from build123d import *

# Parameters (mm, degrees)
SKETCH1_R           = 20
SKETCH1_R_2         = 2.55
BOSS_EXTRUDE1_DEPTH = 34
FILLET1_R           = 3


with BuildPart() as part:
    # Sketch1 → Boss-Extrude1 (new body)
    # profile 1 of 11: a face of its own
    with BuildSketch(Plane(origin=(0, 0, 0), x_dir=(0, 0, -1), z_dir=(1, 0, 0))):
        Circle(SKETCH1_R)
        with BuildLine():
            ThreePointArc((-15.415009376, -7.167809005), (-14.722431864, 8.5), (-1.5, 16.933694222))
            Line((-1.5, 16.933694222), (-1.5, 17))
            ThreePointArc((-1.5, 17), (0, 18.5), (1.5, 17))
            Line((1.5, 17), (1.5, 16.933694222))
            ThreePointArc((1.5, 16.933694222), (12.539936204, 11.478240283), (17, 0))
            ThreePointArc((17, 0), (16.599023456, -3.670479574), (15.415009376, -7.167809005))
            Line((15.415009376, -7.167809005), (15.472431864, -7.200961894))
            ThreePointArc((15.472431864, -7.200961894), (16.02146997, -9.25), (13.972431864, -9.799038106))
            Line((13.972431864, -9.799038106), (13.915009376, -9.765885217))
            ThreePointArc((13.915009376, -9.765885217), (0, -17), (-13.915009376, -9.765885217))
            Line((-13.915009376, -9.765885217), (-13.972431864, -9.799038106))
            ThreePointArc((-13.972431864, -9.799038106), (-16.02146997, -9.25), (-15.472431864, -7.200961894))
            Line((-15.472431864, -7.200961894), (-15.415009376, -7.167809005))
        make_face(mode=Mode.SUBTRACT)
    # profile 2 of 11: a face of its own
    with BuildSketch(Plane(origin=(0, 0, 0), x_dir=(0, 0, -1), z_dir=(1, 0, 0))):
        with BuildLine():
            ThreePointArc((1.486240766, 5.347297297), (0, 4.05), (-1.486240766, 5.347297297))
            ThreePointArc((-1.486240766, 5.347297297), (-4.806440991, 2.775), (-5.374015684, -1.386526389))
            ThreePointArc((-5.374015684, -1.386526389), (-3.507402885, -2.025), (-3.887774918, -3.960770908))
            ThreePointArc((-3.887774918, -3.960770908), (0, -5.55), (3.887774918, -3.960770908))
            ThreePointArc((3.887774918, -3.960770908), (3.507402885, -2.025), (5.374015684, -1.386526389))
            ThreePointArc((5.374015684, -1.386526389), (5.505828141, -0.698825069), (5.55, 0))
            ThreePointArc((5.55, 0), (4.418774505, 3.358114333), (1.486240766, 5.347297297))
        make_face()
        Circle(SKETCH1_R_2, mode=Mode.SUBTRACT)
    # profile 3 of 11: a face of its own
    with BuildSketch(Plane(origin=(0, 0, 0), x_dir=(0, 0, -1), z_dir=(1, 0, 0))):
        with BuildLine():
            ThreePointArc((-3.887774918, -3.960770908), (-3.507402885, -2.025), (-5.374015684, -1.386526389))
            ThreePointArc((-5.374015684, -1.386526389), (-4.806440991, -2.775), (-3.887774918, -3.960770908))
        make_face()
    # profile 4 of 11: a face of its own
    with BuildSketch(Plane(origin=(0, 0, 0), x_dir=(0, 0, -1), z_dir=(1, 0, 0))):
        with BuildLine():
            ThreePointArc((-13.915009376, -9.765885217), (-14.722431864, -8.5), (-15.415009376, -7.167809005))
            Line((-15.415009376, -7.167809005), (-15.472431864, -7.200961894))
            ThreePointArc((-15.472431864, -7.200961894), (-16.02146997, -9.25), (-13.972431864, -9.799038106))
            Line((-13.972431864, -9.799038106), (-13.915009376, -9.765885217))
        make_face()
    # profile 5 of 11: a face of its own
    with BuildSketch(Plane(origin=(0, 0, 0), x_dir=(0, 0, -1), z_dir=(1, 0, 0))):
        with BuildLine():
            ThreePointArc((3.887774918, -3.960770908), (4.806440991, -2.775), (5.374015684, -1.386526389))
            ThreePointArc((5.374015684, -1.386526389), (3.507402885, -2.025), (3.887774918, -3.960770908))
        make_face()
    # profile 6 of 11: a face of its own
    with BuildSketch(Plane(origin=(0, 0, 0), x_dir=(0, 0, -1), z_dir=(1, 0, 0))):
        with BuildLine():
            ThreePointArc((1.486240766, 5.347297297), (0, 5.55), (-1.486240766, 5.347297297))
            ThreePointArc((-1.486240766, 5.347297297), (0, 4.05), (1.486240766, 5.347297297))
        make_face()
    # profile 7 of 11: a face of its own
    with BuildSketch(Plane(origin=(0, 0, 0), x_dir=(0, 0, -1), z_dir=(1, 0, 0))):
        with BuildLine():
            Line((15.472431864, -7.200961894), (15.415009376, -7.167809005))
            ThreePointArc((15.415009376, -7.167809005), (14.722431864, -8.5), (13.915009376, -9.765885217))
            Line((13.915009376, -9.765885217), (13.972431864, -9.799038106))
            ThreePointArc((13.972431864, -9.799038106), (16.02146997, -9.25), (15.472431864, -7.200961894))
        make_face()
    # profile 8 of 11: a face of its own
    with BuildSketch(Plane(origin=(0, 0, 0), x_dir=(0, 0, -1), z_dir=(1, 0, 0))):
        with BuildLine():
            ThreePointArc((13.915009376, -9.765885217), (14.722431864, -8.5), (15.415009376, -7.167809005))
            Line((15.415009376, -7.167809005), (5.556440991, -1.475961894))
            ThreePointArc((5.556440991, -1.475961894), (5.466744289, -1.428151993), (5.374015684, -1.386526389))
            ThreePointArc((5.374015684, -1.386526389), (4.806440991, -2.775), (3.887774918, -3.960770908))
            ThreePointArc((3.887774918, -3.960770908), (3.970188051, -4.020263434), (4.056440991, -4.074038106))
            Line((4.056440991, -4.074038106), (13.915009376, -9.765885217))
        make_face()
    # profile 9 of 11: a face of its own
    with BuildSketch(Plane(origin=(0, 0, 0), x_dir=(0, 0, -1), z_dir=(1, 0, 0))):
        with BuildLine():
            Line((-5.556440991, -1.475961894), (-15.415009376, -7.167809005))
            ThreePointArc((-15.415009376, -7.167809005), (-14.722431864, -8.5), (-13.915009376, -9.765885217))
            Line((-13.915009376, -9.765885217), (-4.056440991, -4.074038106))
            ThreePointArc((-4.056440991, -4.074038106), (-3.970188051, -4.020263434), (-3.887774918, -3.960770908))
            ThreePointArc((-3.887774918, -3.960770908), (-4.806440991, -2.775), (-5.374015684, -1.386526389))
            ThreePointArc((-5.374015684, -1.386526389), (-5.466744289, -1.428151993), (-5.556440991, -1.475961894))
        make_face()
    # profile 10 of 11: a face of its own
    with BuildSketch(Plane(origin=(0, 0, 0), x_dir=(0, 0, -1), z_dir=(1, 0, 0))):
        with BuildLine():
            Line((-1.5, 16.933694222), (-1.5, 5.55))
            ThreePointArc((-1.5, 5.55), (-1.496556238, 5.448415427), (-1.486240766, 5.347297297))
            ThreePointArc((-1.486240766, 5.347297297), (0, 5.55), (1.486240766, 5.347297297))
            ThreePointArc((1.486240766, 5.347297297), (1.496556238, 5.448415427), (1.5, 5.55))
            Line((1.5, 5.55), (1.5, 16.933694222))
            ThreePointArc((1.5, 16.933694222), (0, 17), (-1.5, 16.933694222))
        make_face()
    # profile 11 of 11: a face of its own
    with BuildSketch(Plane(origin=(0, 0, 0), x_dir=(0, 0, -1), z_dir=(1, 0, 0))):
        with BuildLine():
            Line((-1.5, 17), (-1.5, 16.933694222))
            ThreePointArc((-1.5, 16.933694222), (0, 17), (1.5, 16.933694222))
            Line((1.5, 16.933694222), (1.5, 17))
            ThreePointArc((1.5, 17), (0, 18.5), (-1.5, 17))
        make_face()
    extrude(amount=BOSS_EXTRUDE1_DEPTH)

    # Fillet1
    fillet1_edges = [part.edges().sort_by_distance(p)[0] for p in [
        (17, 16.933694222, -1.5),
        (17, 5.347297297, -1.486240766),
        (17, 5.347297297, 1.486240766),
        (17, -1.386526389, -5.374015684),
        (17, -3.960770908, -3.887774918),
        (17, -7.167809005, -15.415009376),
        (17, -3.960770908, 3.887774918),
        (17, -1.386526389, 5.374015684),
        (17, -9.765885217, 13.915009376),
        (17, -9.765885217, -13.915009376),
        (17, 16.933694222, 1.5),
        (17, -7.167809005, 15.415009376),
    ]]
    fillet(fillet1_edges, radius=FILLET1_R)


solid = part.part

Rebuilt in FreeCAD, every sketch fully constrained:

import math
import FreeCAD as App
import Part
import Sketcher

V = App.Vector
Q = App.Units.Quantity


def edges_at(feature, points):
    """Names of the edges that pass closest to the given points."""
    edges = feature.Shape.Edges
    near = lambda p: min(range(len(edges)), key=lambda i: edges[i].distToShape(Part.Vertex(*p))[0])
    return sorted({f"Edge{near(p) + 1}" for p in points})

doc = App.newDocument("Part")
body = doc.addObject("PartDesign::Body", "Body")

# Sketch on YZ plane
sketch1 = body.newObject("Sketcher::SketchObject", "Sketch")
sketch1.AttachmentSupport = (doc.getObject("YZ_Plane"), [""])
sketch1.MapMode = "FlatFace"
sketch1.addGeometry(Part.Circle(V(0, 0, 0), V(0, 0, 1), 20), False)
sketch1.addGeometry(Part.ArcOfCircle(Part.Circle(V(0, 0, 0), V(0, 0, 1), 17), math.radians(125), math.radians(235)), False)
sketch1.addGeometry(Part.LineSegment(V(-9.77, 13.92, 0), V(-4.07, 4.06, 0)), False)
sketch1.addGeometry(Part.ArcOfCircle(Part.Circle(V(-2.77, 4.81, 0), V(0, 0, 1), 1.5), math.radians(-150), math.radians(-142.23)), False)
sketch1.addGeometry(Part.ArcOfCircle(Part.Circle(V(0, 0, 0), V(0, 0, 1), 5.55), math.radians(136), math.radians(224)), False)
sketch1.addGeometry(Part.ArcOfCircle(Part.Circle(V(-2.77, -4.81, 0), V(0, 0, 1), 1.5), math.radians(142.23), math.radians(150)), False)
sketch1.addGeometry(Part.LineSegment(V(-4.07, -4.06, 0), V(-9.77, -13.92, 0)), False)
sketch1.addGeometry(Part.ArcOfCircle(Part.Circle(V(0, 0, 0), V(0, 0, 1), 17), math.radians(-115), math.radians(-90)), False)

* * *

#### Problem to work on:
Each line in the entries above, starting at the line with "# profile 2 of 11: a face of its own" and ending at the line with "4.05), (-1.486240766, 5.347297297))", is to be printed exactly, and only those lines.

#### Written response:
    # profile 2 of 11: a face of its own
    with BuildSketch(Plane(origin=(0, 0, 0), x_dir=(0, 0, -1), z_dir=(1, 0, 0))):
        with BuildLine():
            ThreePointArc((1.486240766, 5.347297297), (0, 4.05), (-1.486240766, 5.347297297))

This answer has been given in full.